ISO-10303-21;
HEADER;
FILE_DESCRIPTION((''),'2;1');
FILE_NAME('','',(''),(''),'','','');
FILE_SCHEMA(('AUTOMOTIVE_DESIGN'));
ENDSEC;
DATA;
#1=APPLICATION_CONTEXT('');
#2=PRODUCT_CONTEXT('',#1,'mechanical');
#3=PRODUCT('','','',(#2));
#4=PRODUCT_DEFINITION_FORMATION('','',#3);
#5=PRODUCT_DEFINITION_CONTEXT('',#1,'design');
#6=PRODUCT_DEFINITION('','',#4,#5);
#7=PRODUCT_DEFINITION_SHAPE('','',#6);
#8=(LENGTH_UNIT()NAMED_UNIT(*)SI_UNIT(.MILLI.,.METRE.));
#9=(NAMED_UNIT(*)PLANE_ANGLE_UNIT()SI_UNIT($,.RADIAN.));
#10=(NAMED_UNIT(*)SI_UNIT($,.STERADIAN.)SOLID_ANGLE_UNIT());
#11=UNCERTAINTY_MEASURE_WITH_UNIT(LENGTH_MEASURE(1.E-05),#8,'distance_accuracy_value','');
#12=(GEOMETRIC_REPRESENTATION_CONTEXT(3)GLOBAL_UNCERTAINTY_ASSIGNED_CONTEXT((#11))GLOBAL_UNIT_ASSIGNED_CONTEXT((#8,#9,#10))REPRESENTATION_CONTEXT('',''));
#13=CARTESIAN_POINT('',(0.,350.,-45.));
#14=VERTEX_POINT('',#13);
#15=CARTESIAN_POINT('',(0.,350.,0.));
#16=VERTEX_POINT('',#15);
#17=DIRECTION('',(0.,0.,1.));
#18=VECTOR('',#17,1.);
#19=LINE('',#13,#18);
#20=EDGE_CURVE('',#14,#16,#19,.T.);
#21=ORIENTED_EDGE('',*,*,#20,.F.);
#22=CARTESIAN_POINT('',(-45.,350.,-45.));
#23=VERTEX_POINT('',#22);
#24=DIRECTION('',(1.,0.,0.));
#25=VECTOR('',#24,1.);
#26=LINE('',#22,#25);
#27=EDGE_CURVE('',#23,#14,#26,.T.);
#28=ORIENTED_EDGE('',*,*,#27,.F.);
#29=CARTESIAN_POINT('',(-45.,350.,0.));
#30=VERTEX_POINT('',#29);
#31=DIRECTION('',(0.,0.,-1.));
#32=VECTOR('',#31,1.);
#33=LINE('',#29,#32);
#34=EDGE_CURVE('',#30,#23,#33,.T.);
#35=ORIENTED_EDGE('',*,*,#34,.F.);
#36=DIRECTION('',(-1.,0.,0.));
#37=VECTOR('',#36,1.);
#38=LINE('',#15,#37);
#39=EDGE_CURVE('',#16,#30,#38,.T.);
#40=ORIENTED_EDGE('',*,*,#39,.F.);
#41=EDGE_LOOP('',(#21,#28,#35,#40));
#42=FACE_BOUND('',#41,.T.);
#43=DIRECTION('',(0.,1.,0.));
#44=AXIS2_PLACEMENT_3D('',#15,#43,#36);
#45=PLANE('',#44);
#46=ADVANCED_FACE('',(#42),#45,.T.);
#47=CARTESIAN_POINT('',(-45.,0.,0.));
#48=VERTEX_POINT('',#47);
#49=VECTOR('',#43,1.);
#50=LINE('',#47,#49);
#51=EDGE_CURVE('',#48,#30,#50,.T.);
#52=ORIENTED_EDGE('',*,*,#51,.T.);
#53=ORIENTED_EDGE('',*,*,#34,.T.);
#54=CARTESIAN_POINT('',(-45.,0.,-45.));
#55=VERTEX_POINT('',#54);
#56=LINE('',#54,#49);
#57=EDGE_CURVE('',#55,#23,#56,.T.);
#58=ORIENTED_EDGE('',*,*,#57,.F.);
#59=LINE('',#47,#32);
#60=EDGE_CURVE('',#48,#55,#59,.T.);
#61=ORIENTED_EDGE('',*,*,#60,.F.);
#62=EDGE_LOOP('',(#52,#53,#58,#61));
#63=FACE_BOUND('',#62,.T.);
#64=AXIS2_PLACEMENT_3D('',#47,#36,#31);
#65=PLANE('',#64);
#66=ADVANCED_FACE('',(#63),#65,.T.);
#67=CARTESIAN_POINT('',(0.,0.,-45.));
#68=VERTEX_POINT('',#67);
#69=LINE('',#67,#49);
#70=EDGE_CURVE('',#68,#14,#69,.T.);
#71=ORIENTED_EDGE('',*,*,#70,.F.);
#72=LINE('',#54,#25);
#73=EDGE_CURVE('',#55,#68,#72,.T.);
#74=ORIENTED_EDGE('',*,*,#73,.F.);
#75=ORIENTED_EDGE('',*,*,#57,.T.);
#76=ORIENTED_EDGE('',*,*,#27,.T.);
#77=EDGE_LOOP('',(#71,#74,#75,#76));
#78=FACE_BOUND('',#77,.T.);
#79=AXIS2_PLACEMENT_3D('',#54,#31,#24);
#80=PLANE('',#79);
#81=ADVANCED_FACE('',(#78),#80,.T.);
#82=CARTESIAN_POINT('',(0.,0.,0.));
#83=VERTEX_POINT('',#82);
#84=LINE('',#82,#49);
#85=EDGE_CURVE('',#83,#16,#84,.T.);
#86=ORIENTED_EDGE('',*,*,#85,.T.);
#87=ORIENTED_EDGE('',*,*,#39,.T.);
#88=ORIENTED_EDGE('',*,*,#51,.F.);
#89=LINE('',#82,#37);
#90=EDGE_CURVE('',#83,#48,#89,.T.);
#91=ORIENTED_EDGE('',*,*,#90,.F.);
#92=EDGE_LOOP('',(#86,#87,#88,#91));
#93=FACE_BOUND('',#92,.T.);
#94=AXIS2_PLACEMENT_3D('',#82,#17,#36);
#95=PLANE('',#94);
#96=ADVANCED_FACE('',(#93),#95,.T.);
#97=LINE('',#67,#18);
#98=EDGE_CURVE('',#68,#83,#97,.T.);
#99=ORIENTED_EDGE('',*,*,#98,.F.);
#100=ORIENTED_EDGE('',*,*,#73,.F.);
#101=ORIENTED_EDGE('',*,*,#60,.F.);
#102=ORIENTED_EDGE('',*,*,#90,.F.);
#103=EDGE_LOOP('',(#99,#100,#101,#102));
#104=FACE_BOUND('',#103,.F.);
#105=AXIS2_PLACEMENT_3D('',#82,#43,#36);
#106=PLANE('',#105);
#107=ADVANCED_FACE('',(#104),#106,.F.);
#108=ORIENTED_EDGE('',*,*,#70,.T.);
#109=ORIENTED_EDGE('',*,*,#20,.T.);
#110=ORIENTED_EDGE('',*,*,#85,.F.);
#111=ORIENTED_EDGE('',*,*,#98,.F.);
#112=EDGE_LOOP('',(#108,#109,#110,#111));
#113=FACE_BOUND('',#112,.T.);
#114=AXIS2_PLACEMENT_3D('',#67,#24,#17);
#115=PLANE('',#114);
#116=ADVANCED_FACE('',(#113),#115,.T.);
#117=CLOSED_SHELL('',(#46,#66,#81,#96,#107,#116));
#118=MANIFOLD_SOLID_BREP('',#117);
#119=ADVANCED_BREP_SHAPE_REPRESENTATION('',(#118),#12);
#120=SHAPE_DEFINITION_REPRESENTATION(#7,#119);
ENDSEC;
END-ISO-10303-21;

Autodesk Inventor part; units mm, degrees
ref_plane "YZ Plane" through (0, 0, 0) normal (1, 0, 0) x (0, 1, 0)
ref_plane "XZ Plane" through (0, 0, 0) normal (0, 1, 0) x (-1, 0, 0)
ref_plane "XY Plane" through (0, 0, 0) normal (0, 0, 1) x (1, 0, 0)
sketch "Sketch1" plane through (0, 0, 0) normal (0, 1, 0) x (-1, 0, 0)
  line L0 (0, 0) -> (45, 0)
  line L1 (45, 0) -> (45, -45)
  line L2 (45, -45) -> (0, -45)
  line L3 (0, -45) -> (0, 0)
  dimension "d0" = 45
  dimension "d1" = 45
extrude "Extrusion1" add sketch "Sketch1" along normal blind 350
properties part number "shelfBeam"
******
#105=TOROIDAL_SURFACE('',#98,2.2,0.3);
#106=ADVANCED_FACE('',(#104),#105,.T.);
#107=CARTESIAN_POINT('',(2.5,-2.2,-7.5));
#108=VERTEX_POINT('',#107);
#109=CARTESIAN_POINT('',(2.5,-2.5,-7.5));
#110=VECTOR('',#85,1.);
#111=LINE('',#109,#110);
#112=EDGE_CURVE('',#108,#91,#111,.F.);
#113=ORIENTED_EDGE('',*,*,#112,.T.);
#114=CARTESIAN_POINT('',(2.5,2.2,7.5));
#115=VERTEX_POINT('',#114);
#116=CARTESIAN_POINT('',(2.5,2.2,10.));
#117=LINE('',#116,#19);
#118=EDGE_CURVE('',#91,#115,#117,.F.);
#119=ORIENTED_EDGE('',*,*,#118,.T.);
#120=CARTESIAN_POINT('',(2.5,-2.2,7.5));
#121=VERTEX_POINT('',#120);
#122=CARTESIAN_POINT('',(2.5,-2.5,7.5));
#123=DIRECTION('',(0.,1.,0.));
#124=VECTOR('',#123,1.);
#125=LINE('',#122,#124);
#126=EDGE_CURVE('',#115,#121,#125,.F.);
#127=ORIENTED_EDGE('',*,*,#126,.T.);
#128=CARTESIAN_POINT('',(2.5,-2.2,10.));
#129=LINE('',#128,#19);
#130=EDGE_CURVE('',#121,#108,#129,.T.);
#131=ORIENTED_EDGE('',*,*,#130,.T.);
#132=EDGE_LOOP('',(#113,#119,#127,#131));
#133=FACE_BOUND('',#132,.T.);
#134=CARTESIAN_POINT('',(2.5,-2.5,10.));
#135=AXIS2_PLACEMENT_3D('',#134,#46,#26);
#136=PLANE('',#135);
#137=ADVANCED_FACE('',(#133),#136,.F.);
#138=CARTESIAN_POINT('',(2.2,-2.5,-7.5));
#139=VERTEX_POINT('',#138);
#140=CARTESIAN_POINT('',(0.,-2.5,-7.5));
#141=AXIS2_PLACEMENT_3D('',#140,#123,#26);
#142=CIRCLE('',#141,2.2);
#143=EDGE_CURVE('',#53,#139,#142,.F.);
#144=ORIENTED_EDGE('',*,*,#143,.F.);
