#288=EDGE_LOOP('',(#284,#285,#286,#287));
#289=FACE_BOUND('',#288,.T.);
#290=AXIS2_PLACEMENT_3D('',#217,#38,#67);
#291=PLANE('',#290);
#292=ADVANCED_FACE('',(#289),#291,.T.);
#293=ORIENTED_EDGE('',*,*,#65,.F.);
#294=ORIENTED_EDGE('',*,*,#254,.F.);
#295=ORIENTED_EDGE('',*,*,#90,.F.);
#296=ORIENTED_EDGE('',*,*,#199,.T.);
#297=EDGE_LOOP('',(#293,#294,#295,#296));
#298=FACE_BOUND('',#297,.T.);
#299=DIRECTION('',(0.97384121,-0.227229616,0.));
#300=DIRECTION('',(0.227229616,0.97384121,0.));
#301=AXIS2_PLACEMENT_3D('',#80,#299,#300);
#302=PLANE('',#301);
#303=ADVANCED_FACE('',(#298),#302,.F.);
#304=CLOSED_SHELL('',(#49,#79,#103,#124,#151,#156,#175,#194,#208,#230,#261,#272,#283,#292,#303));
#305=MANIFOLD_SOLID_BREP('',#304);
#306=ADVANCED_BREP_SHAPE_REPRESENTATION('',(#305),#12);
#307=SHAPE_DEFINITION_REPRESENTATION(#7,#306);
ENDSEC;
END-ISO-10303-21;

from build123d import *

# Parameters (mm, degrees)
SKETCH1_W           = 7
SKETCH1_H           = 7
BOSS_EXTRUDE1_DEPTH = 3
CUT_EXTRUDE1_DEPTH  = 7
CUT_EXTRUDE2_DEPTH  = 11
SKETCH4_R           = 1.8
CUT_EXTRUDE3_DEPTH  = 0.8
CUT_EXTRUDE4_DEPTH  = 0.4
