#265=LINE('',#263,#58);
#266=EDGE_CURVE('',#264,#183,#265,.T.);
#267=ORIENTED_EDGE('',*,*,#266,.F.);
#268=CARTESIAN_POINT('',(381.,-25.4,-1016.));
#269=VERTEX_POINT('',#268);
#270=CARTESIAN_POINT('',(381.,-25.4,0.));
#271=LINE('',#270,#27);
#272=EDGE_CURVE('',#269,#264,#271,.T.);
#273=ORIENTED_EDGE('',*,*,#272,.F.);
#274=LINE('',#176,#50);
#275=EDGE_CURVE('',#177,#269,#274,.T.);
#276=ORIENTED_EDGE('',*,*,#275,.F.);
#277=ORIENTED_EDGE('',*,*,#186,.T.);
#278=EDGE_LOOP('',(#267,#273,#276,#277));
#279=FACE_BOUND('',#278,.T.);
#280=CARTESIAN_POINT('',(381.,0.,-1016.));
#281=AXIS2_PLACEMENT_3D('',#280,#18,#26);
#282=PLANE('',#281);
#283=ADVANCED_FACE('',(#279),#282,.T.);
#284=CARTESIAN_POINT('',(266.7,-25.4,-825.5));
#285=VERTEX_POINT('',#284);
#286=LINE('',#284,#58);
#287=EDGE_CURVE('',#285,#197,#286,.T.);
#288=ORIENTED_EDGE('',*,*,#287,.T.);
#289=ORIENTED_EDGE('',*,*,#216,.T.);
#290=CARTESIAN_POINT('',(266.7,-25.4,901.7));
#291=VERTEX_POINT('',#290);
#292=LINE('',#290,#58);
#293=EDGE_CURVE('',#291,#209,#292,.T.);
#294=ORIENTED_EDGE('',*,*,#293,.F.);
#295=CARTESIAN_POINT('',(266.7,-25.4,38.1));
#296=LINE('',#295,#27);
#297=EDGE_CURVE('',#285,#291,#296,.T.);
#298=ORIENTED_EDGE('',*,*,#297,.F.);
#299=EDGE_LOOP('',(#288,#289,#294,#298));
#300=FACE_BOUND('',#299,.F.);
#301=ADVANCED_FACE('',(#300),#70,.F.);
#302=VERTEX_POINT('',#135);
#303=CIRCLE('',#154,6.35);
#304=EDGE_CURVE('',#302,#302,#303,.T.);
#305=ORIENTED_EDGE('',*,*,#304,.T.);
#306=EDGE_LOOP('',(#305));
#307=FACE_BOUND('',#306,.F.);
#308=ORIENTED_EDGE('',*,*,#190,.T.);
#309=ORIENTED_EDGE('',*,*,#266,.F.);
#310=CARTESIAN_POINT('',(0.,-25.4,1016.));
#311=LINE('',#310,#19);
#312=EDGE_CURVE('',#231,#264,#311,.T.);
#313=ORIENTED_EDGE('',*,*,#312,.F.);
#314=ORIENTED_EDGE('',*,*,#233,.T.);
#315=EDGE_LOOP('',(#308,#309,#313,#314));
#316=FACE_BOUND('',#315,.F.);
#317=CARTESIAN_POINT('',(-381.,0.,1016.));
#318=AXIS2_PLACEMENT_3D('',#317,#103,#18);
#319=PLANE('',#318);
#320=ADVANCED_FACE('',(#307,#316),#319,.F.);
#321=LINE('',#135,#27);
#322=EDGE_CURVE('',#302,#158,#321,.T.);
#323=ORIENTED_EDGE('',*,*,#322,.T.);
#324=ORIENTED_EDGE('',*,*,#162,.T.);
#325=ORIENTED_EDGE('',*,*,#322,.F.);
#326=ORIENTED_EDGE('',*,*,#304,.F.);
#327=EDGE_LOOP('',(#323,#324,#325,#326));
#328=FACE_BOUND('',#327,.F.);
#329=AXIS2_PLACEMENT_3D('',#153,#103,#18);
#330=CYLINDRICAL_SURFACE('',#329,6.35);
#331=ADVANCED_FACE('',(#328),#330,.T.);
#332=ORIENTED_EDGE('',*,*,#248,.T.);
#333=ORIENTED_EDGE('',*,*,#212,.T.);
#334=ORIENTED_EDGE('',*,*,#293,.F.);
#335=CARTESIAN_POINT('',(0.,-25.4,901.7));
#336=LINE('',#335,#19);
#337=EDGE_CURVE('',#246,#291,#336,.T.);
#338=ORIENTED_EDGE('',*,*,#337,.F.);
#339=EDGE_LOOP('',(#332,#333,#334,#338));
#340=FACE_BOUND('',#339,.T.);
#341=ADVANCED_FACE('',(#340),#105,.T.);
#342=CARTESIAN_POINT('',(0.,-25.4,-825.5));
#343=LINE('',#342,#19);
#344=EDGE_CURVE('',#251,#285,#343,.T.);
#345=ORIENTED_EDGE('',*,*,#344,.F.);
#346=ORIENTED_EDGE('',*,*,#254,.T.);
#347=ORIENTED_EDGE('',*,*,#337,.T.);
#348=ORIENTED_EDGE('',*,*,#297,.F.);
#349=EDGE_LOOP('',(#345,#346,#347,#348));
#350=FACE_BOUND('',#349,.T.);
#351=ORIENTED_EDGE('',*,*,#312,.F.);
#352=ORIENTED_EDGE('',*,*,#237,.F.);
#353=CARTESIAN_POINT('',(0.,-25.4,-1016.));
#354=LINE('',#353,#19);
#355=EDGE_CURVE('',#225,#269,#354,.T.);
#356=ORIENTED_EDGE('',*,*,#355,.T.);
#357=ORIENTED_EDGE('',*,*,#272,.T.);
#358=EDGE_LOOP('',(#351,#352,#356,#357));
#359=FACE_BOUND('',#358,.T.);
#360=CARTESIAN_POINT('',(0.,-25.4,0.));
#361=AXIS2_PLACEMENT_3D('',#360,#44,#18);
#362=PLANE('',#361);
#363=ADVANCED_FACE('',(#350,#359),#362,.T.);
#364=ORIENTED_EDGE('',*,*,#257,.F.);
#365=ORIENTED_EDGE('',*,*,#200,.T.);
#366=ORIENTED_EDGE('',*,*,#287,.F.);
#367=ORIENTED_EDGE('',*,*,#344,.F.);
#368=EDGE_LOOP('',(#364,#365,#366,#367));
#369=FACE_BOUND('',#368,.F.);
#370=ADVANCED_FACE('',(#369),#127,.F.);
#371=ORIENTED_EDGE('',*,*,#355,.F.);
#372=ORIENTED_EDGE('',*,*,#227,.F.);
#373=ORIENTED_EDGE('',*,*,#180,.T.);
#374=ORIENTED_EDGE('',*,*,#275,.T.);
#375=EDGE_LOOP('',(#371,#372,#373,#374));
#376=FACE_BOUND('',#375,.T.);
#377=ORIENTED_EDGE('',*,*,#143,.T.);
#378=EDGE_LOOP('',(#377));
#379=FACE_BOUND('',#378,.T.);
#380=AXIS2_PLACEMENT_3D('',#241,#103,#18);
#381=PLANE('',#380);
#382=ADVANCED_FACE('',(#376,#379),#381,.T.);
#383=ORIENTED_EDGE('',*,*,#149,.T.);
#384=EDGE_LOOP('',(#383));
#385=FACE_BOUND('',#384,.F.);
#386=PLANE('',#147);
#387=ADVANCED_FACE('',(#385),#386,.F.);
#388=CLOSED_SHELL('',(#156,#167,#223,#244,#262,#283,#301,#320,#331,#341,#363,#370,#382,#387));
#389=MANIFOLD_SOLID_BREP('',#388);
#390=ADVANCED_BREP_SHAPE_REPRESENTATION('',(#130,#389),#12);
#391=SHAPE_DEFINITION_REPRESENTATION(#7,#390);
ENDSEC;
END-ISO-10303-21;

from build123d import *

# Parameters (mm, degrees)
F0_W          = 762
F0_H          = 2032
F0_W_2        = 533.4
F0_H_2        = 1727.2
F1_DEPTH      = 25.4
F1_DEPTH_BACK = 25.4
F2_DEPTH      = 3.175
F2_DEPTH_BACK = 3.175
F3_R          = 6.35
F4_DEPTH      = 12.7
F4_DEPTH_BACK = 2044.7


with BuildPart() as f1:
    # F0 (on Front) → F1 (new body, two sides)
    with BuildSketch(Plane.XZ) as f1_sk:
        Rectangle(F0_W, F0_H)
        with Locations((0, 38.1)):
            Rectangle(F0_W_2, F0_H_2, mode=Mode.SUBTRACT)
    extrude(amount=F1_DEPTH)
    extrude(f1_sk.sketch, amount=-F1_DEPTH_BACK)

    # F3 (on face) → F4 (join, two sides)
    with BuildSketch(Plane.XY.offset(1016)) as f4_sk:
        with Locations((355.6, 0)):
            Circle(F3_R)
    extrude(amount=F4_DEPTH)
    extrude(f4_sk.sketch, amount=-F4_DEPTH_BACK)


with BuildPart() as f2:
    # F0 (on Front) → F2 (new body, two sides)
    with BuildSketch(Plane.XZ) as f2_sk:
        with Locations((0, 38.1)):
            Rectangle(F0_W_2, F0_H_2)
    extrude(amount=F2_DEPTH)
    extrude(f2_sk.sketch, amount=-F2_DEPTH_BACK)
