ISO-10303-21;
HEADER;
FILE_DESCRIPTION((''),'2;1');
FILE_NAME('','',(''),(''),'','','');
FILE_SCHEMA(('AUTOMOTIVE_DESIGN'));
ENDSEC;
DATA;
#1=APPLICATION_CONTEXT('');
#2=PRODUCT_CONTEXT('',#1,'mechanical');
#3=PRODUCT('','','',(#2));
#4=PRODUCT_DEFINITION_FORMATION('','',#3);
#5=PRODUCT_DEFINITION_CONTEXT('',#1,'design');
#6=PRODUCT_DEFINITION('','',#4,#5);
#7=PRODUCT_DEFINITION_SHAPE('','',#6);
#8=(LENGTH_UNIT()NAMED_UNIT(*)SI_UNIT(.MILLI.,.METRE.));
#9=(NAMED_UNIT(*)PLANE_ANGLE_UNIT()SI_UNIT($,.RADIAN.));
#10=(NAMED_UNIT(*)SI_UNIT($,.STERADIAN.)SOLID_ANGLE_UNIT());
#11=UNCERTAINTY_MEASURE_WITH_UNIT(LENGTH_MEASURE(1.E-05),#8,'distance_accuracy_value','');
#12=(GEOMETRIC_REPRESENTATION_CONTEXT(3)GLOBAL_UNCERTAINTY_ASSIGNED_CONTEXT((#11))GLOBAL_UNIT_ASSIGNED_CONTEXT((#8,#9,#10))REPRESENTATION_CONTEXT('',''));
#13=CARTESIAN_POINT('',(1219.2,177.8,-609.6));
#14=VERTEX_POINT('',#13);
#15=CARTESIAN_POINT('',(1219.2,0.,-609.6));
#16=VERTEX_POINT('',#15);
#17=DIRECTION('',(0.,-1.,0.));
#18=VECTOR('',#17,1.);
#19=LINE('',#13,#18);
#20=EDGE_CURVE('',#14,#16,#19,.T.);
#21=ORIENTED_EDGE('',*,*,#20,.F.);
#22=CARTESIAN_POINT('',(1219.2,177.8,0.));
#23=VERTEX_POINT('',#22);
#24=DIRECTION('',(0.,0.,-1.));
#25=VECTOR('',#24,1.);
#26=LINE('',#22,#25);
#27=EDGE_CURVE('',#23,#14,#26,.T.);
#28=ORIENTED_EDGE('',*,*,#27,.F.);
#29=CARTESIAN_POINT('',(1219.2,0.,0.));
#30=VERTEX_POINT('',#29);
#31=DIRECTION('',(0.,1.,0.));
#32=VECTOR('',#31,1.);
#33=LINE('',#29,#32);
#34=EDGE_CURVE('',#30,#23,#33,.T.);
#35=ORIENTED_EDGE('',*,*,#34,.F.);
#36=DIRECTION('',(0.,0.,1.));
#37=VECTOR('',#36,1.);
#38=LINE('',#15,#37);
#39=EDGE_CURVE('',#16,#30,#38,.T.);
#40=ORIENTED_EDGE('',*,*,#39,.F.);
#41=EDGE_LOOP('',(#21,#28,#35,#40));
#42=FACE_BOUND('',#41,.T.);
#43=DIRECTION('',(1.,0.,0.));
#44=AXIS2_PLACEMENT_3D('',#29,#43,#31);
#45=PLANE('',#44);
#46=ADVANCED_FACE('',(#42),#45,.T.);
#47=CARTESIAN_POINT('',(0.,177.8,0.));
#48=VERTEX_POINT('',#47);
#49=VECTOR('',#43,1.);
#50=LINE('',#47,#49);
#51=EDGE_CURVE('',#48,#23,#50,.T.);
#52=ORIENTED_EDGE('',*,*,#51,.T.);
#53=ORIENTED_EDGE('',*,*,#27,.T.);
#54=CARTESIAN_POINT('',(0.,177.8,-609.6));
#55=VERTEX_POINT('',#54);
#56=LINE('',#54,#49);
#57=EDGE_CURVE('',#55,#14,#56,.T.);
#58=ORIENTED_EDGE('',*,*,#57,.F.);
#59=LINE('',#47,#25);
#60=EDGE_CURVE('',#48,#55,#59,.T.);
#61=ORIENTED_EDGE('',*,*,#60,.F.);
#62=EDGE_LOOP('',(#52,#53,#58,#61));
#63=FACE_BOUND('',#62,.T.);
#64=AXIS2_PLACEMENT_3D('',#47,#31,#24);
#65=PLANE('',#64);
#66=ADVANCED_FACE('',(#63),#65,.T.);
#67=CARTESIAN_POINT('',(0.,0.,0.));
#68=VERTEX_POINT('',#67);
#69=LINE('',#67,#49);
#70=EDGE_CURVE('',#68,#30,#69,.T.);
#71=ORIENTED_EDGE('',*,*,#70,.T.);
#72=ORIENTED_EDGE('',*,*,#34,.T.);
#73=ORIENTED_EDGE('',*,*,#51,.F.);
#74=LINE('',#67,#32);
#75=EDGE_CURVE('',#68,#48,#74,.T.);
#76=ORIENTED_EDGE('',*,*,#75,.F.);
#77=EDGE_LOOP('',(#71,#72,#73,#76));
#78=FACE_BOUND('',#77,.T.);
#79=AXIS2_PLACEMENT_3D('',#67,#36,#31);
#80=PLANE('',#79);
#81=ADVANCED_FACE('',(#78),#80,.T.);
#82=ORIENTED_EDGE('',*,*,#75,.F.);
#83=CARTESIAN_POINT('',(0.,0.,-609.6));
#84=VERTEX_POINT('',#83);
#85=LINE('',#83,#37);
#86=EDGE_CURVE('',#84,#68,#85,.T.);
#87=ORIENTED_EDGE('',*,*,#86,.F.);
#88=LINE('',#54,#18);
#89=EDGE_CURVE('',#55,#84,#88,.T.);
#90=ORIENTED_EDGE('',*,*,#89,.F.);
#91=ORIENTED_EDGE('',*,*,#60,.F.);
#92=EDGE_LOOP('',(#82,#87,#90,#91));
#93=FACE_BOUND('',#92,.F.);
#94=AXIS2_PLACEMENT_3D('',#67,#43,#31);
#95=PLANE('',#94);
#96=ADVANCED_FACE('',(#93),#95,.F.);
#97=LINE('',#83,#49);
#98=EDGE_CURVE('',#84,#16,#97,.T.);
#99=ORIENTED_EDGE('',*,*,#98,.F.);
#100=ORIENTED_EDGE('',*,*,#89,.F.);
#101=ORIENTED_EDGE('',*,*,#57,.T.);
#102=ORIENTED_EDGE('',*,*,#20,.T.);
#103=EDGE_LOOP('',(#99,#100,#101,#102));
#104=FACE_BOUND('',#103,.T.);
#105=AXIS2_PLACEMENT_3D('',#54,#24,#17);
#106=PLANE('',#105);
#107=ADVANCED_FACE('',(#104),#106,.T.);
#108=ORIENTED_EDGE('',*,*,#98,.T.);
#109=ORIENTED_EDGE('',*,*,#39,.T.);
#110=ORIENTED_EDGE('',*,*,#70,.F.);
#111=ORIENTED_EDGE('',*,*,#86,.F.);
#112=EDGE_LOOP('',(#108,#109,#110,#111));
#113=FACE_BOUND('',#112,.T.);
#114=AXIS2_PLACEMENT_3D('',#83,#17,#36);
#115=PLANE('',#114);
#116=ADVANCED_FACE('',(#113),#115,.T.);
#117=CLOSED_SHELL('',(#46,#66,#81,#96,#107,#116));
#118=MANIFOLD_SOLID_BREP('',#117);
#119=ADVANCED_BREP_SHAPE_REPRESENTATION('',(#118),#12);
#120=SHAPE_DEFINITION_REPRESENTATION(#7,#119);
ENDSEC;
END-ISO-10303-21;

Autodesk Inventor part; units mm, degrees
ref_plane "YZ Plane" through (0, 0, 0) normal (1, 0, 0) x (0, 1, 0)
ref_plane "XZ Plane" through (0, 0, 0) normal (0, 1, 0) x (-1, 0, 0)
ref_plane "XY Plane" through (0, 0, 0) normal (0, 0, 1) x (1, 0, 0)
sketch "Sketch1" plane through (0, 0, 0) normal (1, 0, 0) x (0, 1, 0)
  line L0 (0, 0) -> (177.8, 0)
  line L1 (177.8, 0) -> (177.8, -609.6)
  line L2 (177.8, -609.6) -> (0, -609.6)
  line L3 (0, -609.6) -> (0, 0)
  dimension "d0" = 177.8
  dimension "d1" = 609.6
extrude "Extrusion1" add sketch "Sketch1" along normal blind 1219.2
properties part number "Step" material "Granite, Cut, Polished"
******
#### [Task]
Using the data above, repeat exactly the lines that begin at the line with "#345=ORIENTED_EDGE('',*,*,#344,.F.);" and end at the line with "#360=CARTESIAN_POINT('',(0.,-25.4,0.));", both ends included.

#### [Expected output]
#345=ORIENTED_EDGE('',*,*,#344,.F.);
#346=ORIENTED_EDGE('',*,*,#254,.T.);
#347=ORIENTED_EDGE('',*,*,#337,.T.);
#348=ORIENTED_EDGE('',*,*,#297,.F.);
#349=EDGE_LOOP('',(#345,#346,#347,#348));
#350=FACE_BOUND('',#349,.T.);
#351=ORIENTED_EDGE('',*,*,#312,.F.);
#352=ORIENTED_EDGE('',*,*,#237,.F.);
#353=CARTESIAN_POINT('',(0.,-25.4,-1016.));
#354=LINE('',#353,#19);
#355=EDGE_CURVE('',#225,#269,#354,.T.);
#356=ORIENTED_EDGE('',*,*,#355,.T.);
#357=ORIENTED_EDGE('',*,*,#272,.T.);
#358=EDGE_LOOP('',(#351,#352,#356,#357));
#359=FACE_BOUND('',#358,.T.);
#360=CARTESIAN_POINT('',(0.,-25.4,0.));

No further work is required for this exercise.